Once you find the line containing "f 101 190 188" in the data below, copy it and each following line exactly, up to and including the line containing "f 175 168 173", and nothing else.

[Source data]
= = = =

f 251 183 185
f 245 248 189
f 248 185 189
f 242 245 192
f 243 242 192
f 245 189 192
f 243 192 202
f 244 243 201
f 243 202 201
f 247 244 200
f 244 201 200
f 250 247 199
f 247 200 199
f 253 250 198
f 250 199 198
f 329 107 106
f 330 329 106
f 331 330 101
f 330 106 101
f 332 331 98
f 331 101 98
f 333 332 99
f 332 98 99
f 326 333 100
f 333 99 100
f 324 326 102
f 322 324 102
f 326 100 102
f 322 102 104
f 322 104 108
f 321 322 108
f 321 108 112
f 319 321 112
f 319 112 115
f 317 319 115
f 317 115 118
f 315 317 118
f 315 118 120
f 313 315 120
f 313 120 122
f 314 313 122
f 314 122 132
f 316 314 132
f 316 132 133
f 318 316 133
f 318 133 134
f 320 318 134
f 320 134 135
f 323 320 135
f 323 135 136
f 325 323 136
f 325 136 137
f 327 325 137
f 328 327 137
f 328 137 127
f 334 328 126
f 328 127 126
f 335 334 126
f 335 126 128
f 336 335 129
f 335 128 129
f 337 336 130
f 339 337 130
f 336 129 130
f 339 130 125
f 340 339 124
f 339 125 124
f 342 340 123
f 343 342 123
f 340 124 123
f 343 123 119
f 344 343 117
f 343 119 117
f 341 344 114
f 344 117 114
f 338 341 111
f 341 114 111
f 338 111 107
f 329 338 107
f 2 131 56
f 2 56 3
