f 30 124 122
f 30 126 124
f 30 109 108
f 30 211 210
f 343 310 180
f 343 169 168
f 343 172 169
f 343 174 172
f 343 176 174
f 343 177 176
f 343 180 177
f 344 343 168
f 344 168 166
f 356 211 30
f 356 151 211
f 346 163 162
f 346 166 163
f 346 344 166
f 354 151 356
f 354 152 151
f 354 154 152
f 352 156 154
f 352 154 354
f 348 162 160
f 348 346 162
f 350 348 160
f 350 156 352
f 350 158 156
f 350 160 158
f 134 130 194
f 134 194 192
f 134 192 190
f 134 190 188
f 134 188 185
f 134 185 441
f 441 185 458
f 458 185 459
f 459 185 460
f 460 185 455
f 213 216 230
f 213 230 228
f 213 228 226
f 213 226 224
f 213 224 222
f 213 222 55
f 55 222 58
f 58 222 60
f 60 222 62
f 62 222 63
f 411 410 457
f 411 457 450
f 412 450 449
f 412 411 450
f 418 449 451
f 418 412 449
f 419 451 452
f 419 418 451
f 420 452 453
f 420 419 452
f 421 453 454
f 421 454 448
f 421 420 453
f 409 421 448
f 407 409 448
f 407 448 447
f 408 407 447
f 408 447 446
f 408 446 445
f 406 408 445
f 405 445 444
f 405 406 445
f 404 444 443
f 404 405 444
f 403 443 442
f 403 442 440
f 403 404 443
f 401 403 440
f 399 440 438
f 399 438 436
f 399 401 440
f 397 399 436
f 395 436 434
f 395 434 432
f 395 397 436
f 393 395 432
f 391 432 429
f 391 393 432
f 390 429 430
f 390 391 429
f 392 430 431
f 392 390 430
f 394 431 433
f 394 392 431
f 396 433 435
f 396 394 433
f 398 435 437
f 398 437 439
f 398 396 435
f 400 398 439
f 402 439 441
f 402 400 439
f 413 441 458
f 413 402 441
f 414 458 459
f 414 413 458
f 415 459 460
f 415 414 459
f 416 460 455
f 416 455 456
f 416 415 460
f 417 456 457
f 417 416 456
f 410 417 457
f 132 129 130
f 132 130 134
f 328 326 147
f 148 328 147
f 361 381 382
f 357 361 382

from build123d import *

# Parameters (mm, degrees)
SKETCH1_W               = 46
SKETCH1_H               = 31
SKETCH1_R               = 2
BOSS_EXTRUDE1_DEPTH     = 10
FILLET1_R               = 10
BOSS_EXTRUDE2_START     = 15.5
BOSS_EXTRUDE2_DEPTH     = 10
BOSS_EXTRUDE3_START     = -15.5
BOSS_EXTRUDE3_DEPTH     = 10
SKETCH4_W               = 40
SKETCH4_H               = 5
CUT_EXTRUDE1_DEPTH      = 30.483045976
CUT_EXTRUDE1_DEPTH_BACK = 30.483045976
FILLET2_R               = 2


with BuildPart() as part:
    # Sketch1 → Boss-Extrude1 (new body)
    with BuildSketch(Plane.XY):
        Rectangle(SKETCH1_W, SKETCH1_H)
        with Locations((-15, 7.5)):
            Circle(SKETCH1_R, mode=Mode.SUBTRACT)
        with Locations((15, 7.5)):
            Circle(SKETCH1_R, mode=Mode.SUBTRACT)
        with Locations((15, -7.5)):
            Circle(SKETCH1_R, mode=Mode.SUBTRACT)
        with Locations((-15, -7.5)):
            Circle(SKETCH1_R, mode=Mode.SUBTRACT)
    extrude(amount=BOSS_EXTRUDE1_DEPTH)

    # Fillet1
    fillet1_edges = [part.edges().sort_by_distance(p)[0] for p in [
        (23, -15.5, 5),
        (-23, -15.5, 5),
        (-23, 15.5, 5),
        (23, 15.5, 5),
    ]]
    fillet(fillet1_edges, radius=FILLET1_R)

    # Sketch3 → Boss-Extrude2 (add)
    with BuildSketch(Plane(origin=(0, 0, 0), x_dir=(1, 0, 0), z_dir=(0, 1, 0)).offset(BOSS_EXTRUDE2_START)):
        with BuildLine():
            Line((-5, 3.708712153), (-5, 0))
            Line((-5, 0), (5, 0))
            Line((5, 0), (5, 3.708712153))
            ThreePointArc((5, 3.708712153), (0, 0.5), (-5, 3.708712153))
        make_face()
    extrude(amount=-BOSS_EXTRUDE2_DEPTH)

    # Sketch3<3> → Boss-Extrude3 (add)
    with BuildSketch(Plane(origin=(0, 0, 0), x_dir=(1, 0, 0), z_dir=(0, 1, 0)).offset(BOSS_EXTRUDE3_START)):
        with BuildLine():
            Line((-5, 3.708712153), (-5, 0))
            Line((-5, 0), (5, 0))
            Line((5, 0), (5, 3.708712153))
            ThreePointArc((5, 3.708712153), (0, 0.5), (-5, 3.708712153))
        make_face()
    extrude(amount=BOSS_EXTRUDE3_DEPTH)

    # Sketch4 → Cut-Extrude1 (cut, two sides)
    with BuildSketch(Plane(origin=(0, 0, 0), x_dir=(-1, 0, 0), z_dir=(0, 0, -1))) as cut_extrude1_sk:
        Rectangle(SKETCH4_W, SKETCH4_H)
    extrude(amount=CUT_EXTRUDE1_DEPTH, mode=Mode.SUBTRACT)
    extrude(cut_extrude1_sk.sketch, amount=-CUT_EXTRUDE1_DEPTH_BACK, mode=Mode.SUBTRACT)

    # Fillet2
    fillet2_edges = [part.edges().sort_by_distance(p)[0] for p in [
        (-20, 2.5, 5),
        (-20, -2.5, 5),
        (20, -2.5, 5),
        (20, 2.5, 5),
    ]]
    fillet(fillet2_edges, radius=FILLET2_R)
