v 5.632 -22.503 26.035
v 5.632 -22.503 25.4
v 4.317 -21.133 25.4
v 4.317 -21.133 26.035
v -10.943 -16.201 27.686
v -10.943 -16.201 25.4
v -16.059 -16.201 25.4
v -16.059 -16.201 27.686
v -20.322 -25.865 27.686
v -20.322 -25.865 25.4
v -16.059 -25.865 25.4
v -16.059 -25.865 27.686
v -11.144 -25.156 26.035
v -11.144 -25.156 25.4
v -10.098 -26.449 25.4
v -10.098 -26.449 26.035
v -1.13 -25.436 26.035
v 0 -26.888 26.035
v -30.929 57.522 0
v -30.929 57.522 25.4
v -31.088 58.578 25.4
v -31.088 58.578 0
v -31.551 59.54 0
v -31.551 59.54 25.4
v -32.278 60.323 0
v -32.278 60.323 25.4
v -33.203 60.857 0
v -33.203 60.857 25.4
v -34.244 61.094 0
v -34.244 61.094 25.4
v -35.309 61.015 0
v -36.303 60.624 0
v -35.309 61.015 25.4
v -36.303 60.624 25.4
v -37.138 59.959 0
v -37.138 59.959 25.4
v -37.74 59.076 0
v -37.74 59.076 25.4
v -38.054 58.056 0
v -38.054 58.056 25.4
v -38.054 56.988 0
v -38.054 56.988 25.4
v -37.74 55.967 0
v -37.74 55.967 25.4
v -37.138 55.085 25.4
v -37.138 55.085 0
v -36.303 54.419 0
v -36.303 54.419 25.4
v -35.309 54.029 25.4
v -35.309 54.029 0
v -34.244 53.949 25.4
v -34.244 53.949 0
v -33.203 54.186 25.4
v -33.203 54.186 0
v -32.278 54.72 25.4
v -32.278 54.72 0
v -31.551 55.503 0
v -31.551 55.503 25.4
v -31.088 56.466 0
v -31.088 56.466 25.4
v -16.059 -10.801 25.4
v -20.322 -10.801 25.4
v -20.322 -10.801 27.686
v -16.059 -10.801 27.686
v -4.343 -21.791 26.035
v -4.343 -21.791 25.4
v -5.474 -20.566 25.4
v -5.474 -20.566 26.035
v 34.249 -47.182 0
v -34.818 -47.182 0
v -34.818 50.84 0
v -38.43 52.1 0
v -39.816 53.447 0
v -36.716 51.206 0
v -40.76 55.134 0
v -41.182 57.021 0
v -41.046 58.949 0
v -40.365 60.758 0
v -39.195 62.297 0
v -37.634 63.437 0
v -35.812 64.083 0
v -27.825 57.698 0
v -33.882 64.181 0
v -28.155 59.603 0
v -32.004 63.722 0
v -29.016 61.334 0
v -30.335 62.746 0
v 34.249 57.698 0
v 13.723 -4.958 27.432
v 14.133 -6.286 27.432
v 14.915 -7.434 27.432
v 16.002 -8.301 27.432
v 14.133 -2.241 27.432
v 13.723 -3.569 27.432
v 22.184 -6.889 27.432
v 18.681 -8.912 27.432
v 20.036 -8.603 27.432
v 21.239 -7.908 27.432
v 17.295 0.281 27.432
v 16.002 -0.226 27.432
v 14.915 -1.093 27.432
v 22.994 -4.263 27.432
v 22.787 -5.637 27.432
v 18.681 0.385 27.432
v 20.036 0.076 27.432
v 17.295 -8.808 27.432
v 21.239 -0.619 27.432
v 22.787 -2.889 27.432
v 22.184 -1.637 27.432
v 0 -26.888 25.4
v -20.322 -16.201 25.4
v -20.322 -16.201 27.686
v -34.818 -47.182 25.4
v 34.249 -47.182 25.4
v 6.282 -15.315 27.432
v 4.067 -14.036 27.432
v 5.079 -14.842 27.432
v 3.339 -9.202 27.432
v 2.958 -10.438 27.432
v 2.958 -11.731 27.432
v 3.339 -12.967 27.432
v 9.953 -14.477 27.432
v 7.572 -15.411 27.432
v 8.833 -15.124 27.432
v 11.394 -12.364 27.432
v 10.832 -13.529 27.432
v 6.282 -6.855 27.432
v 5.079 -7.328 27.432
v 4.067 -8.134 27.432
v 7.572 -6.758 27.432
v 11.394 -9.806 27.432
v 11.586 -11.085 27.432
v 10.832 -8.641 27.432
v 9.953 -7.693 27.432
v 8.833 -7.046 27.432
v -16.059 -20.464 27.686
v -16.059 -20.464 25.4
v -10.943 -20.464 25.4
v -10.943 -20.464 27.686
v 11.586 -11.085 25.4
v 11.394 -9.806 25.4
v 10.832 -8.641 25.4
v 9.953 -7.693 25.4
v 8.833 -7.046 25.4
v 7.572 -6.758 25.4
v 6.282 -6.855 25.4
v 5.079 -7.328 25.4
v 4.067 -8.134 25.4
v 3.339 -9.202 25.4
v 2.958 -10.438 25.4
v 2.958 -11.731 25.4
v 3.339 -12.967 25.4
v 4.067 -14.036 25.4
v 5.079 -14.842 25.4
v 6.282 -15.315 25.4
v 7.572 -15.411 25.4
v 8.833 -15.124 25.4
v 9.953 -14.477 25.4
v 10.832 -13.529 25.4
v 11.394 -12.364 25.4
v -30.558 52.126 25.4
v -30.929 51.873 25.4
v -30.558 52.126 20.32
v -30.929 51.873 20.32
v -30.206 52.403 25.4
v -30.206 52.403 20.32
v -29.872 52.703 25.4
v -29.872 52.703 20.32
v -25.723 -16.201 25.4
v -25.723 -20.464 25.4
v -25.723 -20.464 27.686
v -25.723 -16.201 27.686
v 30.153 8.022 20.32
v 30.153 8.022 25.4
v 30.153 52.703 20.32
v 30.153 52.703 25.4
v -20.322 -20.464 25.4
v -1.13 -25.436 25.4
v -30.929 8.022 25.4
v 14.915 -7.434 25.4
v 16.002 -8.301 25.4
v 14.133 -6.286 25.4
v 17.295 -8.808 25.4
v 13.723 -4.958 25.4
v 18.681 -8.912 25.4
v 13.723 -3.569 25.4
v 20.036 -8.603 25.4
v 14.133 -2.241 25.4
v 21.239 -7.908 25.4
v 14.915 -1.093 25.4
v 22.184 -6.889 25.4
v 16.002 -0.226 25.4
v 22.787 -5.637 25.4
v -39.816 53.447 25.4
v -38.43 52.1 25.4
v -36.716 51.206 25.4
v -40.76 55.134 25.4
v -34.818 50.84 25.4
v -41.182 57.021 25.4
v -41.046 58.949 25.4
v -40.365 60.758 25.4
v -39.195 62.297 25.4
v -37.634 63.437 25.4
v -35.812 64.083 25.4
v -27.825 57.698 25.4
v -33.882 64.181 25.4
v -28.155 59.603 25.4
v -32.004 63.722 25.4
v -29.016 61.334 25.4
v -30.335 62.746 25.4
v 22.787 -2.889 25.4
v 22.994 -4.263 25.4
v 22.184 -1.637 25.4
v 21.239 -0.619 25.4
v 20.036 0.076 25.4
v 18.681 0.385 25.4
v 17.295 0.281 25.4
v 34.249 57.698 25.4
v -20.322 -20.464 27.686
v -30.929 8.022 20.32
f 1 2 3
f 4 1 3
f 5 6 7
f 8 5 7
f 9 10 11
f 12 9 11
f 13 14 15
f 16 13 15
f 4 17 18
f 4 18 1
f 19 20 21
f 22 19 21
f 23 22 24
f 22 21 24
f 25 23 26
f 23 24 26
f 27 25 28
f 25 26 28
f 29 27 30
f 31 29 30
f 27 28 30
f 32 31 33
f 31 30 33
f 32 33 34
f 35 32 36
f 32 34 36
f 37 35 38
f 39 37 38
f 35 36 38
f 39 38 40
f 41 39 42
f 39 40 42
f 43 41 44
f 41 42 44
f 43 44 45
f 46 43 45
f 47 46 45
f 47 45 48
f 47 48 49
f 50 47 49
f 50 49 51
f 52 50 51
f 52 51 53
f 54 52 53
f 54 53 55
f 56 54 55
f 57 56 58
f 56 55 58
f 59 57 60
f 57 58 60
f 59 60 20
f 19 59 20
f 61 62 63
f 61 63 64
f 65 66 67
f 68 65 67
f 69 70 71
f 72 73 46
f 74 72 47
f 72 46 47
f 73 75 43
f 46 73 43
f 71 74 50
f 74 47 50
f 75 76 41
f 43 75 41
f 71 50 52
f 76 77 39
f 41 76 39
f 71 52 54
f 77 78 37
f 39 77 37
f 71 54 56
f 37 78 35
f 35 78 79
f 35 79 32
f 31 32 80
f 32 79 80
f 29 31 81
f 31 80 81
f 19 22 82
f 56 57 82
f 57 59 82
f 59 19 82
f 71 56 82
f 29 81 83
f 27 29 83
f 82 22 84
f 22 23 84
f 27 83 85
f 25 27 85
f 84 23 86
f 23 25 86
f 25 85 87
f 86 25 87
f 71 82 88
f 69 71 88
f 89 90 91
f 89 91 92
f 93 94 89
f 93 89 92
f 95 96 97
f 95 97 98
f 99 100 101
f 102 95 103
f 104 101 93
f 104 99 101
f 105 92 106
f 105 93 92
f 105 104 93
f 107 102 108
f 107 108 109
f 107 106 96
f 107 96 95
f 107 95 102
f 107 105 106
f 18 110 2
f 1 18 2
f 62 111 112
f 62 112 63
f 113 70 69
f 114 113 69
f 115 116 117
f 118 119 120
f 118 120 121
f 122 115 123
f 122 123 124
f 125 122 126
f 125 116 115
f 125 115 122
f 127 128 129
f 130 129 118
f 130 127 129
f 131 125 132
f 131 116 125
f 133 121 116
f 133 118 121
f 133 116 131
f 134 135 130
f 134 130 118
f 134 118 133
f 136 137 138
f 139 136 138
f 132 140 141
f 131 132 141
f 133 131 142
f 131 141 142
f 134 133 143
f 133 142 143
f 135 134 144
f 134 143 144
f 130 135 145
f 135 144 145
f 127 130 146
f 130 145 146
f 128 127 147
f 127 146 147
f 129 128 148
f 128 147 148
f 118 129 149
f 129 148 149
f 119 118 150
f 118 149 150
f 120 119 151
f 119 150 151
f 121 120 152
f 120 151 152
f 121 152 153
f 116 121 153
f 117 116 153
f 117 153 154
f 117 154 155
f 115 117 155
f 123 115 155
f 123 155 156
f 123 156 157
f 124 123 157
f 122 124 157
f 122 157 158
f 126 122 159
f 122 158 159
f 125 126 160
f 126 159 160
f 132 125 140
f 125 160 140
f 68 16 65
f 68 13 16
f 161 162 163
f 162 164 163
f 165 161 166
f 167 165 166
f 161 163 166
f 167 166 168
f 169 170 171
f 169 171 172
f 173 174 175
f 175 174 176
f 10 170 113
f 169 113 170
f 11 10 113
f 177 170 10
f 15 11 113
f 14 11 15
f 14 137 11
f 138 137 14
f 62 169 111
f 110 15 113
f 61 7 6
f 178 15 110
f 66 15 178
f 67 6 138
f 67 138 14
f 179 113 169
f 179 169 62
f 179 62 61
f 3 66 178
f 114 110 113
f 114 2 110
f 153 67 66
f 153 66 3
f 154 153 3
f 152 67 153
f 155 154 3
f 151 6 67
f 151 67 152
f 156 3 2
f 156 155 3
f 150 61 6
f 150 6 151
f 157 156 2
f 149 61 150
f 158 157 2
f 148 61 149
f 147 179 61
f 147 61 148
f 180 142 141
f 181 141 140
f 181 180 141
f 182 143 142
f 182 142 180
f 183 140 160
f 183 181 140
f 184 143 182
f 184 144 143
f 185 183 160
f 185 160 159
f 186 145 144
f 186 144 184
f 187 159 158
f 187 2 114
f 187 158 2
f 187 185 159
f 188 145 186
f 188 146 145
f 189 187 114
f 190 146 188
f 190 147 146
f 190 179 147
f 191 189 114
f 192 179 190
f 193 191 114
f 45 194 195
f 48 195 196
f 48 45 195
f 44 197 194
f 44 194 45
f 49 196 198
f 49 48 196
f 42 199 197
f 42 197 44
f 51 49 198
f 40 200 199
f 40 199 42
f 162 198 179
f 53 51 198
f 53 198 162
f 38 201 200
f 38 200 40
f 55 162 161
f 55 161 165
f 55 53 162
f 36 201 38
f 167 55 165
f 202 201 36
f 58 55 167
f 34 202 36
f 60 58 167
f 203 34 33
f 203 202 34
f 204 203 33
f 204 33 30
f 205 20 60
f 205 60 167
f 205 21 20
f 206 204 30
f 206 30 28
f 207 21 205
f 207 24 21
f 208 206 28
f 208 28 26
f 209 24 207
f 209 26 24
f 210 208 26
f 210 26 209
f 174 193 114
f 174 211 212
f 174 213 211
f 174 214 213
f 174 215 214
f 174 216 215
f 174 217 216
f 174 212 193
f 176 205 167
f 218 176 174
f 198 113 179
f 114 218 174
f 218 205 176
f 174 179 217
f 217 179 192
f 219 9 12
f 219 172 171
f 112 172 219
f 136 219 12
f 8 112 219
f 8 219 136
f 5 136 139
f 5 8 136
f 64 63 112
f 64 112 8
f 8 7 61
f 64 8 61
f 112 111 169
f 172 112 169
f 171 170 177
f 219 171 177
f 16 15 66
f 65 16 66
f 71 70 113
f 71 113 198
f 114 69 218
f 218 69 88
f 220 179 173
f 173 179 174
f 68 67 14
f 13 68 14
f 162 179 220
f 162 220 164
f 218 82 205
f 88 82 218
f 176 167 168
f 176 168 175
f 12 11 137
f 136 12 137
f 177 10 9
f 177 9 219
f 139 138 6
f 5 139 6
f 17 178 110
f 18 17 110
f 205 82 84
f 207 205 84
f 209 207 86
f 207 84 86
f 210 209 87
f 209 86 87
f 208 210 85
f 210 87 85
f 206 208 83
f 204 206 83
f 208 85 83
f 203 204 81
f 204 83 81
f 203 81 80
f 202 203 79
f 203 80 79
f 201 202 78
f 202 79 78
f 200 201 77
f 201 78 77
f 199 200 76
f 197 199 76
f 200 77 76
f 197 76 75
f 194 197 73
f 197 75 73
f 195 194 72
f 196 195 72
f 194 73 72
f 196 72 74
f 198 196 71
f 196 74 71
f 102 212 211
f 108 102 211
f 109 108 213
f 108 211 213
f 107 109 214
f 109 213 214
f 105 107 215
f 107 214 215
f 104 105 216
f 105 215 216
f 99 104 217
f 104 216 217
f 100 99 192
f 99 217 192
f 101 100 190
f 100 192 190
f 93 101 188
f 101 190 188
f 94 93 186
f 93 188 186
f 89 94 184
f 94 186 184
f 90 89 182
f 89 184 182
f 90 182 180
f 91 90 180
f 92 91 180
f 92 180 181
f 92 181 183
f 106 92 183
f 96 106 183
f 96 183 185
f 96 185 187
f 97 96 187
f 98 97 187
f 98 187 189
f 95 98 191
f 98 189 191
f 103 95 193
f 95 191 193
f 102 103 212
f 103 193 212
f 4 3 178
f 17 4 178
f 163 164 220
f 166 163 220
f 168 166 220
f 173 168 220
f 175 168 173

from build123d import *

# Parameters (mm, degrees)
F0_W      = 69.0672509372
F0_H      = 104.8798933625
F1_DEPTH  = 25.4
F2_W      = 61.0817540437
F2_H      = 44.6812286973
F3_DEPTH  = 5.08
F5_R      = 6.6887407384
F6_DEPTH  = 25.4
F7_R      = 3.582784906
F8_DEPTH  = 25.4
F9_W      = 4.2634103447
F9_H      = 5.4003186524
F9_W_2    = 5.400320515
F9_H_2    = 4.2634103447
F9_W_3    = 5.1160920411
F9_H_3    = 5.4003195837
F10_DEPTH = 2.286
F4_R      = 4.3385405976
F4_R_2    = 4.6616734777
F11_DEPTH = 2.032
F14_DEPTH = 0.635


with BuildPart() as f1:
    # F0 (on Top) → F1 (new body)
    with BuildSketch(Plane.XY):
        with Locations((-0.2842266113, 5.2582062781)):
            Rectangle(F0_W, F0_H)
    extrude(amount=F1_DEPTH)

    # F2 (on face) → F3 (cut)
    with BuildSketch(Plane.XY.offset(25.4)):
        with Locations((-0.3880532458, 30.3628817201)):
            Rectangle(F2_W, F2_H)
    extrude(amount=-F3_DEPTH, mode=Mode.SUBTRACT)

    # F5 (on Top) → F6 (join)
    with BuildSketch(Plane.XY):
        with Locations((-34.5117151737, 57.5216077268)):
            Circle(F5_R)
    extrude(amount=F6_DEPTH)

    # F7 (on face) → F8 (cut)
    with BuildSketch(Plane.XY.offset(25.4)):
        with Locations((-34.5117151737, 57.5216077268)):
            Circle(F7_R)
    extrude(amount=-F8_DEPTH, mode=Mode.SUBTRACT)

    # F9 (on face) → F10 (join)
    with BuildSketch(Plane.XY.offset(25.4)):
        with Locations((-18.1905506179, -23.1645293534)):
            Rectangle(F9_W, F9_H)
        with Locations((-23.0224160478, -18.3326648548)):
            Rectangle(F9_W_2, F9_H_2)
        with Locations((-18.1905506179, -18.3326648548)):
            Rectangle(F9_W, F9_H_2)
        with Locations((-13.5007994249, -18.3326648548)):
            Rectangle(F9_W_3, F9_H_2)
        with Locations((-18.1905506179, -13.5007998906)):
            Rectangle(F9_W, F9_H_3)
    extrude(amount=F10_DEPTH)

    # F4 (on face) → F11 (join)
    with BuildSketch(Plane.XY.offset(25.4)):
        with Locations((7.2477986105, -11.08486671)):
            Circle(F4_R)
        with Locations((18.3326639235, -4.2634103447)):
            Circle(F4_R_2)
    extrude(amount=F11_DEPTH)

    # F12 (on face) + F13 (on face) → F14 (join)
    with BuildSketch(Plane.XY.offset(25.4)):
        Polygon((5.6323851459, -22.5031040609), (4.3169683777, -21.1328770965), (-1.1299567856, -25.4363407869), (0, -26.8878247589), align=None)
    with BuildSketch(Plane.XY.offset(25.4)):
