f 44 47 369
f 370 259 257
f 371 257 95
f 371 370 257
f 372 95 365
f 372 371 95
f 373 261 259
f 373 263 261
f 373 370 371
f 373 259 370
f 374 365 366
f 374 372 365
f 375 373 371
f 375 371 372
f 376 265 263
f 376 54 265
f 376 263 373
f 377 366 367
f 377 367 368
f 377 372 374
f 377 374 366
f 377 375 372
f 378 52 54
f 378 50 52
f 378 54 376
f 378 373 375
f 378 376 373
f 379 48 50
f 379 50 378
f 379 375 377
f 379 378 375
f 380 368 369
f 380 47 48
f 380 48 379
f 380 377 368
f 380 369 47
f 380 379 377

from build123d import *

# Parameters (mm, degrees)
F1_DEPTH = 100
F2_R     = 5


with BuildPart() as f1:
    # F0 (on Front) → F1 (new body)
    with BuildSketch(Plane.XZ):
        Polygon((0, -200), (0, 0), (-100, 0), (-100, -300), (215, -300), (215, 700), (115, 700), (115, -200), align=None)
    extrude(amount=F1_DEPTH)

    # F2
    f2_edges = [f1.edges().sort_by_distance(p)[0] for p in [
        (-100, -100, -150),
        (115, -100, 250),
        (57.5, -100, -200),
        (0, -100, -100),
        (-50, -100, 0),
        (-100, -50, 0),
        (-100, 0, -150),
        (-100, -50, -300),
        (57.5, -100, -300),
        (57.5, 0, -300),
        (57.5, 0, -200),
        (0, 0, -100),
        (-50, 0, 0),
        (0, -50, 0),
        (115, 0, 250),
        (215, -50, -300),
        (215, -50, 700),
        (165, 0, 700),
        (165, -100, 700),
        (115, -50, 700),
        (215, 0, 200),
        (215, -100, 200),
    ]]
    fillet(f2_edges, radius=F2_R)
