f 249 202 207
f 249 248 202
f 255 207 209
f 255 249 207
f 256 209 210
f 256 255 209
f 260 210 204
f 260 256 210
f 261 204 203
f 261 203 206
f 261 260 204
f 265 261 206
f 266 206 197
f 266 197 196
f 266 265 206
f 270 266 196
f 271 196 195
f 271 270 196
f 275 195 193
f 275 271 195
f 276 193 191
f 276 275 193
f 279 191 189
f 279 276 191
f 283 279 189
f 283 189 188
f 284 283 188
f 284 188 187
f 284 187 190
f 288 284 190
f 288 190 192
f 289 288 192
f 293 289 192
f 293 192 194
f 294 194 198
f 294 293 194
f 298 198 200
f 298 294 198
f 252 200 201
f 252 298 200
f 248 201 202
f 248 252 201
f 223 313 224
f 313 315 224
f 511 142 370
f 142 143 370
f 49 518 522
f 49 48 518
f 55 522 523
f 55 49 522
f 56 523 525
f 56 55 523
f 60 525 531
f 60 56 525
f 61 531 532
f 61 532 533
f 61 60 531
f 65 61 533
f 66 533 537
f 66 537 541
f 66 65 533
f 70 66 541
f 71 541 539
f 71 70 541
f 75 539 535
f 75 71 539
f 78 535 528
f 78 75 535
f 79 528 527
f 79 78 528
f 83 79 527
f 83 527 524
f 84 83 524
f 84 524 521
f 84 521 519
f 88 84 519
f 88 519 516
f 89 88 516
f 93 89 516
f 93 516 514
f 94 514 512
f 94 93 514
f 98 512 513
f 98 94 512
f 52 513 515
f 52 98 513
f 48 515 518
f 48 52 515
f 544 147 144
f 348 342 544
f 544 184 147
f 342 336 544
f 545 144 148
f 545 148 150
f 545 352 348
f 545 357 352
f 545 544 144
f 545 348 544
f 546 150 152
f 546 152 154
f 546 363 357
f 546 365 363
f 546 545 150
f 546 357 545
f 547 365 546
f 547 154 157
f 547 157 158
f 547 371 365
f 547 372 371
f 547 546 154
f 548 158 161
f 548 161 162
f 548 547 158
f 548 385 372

= = = =

▶ Solution to this exercise
f 101 190 188
f 94 93 186
f 93 188 186
f 89 94 184
f 94 186 184
f 90 89 182
f 89 184 182
f 90 182 180
f 91 90 180
f 92 91 180
f 92 180 181
f 92 181 183
f 106 92 183
f 96 106 183
f 96 183 185
f 96 185 187
f 97 96 187
f 98 97 187
f 98 187 189
f 95 98 191
f 98 189 191
f 103 95 193
f 95 191 193
f 102 103 212
f 103 193 212
f 4 3 178
f 17 4 178
f 163 164 220
f 166 163 220
f 168 166 220
f 173 168 220
f 175 168 173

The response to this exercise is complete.